Stored items from a collection:
-- Opening Marker --

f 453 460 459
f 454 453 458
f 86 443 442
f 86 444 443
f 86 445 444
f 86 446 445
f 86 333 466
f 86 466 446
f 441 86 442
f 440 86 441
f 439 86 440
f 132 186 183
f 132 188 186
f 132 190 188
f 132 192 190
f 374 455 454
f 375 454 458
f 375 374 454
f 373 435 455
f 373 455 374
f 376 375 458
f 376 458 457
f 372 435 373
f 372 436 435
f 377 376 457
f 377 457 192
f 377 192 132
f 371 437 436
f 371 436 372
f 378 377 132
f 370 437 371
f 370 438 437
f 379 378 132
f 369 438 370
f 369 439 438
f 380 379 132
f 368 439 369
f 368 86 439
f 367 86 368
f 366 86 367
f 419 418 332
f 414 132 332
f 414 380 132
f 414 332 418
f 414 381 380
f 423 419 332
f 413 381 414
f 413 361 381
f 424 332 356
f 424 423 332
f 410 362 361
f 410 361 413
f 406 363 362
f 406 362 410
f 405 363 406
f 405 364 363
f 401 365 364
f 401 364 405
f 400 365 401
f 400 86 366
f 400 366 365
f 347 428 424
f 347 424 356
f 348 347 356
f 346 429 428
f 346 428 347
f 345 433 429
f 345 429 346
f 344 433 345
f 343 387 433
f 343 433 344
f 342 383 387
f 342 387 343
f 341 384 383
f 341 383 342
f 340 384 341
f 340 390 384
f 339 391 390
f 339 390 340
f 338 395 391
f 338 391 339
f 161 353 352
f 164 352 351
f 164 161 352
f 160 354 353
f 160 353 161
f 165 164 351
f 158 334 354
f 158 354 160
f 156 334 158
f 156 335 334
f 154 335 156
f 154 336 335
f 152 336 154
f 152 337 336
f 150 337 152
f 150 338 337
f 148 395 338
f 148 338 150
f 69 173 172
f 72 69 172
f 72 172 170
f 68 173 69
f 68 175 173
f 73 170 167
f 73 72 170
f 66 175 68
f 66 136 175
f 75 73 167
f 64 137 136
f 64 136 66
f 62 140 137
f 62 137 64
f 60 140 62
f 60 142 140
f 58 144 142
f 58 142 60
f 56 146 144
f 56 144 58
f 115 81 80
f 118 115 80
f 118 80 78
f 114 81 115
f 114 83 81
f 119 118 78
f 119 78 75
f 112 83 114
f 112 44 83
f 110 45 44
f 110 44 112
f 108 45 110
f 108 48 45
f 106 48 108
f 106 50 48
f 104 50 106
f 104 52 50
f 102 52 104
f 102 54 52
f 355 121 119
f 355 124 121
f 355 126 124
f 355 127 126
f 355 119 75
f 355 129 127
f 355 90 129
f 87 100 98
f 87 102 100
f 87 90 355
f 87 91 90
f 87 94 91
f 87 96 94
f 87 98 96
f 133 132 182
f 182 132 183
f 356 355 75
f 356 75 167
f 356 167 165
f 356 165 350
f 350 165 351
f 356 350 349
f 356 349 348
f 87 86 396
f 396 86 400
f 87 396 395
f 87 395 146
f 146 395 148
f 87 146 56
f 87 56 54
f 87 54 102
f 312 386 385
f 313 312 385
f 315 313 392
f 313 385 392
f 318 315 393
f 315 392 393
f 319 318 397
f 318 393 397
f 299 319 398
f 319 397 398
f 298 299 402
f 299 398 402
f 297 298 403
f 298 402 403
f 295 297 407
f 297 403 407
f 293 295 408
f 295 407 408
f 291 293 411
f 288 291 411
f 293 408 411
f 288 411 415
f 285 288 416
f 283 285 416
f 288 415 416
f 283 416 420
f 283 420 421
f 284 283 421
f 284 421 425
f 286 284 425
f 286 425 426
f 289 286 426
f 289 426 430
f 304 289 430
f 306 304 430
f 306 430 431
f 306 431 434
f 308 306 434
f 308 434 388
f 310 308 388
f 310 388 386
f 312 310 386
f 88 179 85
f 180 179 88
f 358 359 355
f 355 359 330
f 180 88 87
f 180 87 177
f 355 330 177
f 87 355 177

-- Closing Marker --

• Work order: Each of the lines from the one that contains "f 355 127 126" through the last line of the data needs to be repeated exactly, with no others.

• Solution to the exercise:
f 355 127 126
f 355 119 75
f 355 129 127
f 355 90 129
f 87 100 98
f 87 102 100
f 87 90 355
f 87 91 90
f 87 94 91
f 87 96 94
f 87 98 96
f 133 132 182
f 182 132 183
f 356 355 75
f 356 75 167
f 356 167 165
f 356 165 350
f 350 165 351
f 356 350 349
f 356 349 348
f 87 86 396
f 396 86 400
f 87 396 395
f 87 395 146
f 146 395 148
f 87 146 56
f 87 56 54
f 87 54 102
f 312 386 385
f 313 312 385
f 315 313 392
f 313 385 392
f 318 315 393
f 315 392 393
f 319 318 397
f 318 393 397
f 299 319 398
f 319 397 398
f 298 299 402
f 299 398 402
f 297 298 403
f 298 402 403
f 295 297 407
f 297 403 407
f 293 295 408
f 295 407 408
f 291 293 411
f 288 291 411
f 293 408 411
f 288 411 415
f 285 288 416
f 283 285 416
f 288 415 416
f 283 416 420
f 283 420 421
f 284 283 421
f 284 421 425
f 286 284 425
f 286 425 426
f 289 286 426
f 289 426 430
f 304 289 430
f 306 304 430
f 306 430 431
f 306 431 434
f 308 306 434
f 308 434 388
f 310 308 388
f 310 388 386
f 312 310 386
f 88 179 85
f 180 179 88
f 358 359 355
f 355 359 330
f 180 88 87
f 180 87 177
f 355 330 177
f 87 355 177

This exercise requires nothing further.